**Saved data entries**
────────
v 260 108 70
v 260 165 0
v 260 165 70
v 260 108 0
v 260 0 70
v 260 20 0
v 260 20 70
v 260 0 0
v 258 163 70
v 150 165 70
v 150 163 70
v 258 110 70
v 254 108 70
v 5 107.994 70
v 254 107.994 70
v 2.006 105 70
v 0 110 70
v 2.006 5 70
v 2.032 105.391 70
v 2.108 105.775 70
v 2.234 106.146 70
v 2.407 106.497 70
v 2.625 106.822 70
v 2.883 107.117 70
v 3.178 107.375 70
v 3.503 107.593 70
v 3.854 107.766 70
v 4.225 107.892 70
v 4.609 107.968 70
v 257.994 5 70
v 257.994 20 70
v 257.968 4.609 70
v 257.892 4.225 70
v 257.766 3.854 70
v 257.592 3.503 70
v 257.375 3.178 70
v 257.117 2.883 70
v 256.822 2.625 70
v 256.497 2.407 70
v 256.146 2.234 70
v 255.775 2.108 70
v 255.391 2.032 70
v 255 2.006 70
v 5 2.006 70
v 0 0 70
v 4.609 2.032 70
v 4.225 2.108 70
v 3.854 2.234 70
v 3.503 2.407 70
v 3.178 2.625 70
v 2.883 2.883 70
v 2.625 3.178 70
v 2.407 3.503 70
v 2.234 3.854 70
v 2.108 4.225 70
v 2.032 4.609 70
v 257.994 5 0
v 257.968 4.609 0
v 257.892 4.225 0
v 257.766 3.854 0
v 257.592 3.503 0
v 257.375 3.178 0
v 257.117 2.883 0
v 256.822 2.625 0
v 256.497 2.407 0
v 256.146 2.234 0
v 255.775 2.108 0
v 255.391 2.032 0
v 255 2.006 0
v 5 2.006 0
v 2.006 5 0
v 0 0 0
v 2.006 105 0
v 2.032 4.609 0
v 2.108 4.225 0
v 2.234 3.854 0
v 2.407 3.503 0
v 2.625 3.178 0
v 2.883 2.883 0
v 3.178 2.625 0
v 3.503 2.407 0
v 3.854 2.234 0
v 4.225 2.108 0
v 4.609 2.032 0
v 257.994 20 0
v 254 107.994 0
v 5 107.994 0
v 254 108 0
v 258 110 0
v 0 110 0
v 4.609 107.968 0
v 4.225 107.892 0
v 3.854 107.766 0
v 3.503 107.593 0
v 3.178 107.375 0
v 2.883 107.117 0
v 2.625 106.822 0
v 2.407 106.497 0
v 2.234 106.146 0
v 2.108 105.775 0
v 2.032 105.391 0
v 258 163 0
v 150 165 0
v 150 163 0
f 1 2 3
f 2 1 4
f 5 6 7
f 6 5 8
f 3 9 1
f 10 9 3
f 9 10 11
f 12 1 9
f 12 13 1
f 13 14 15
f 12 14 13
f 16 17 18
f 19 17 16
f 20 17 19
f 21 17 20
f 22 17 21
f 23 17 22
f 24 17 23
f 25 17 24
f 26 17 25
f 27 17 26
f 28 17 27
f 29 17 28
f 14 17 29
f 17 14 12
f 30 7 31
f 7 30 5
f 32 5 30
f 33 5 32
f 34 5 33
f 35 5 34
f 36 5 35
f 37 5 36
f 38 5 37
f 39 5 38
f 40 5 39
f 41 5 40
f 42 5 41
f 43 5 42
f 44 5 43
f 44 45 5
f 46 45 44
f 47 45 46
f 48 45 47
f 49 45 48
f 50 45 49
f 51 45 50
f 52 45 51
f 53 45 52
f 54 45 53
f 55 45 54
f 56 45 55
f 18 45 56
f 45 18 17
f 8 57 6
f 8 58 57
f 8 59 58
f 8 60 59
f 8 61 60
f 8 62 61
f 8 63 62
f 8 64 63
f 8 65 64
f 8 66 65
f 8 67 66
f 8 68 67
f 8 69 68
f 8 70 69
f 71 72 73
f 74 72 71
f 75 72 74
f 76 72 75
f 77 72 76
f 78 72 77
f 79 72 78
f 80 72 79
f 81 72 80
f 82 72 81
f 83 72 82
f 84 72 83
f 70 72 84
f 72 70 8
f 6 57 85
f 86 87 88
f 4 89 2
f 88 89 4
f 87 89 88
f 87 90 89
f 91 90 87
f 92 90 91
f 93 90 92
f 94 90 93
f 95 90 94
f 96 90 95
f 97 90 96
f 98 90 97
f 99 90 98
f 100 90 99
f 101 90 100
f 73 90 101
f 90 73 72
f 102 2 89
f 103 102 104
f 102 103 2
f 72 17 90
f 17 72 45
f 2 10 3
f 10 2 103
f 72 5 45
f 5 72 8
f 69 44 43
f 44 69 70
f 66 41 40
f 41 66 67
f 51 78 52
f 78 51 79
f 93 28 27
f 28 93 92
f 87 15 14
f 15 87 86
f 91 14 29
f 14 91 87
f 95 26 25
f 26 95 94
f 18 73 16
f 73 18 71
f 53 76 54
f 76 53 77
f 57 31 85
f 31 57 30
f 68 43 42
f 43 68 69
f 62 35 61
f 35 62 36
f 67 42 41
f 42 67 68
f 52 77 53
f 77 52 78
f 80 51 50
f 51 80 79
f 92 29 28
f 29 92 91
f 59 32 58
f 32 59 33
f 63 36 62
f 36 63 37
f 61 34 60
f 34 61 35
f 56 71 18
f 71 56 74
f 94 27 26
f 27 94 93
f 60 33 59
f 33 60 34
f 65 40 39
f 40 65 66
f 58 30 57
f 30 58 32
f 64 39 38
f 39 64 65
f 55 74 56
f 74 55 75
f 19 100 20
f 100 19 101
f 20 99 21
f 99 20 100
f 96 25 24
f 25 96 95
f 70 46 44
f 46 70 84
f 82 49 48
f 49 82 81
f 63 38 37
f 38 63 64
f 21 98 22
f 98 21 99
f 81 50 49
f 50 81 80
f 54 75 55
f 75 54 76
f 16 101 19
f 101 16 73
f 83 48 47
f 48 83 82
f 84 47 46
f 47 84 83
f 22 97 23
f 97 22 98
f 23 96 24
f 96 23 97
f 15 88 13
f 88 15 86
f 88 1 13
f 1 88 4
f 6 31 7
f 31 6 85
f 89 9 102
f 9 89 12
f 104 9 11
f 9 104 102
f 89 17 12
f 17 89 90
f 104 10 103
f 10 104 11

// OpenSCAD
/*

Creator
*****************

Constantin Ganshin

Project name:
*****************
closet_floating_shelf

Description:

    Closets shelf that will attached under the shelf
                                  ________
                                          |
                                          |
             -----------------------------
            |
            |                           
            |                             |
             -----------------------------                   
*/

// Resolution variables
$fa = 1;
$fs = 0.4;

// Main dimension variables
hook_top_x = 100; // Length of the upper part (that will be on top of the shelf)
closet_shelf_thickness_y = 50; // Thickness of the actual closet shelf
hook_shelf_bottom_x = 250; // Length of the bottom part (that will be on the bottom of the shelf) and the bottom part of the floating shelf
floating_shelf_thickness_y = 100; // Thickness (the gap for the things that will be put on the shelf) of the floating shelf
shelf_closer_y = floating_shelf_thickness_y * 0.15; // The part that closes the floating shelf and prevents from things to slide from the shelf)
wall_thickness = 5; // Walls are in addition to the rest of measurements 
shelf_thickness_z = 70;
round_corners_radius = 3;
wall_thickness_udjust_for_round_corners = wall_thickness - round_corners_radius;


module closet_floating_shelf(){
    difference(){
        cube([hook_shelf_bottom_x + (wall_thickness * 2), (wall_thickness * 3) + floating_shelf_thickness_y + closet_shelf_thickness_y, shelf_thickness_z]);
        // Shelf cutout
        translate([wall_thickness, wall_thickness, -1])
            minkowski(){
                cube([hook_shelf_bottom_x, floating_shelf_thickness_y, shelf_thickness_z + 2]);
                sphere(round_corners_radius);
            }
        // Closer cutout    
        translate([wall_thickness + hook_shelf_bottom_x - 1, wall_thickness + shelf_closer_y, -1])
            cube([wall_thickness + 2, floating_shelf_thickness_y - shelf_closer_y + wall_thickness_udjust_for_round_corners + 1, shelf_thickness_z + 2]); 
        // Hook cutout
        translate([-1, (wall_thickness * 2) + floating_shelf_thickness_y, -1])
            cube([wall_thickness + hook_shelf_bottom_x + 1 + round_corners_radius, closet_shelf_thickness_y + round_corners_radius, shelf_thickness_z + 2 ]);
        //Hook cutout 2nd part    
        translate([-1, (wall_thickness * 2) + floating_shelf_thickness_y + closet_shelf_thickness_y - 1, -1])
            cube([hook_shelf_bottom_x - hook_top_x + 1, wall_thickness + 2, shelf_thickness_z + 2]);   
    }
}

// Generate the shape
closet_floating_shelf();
────────
**WHAT YOU WILL DO**
Reproduce exactly the entries above, limited to the lines from the one with "v 2.883 2.883 70" through the one with "v 256.822 2.625 0", both included.

**TASK OUTPUT**
v 2.883 2.883 70
v 2.625 3.178 70
v 2.407 3.503 70
v 2.234 3.854 70
v 2.108 4.225 70
v 2.032 4.609 70
v 257.994 5 0
v 257.968 4.609 0
v 257.892 4.225 0
v 257.766 3.854 0
v 257.592 3.503 0
v 257.375 3.178 0
v 257.117 2.883 0
v 256.822 2.625 0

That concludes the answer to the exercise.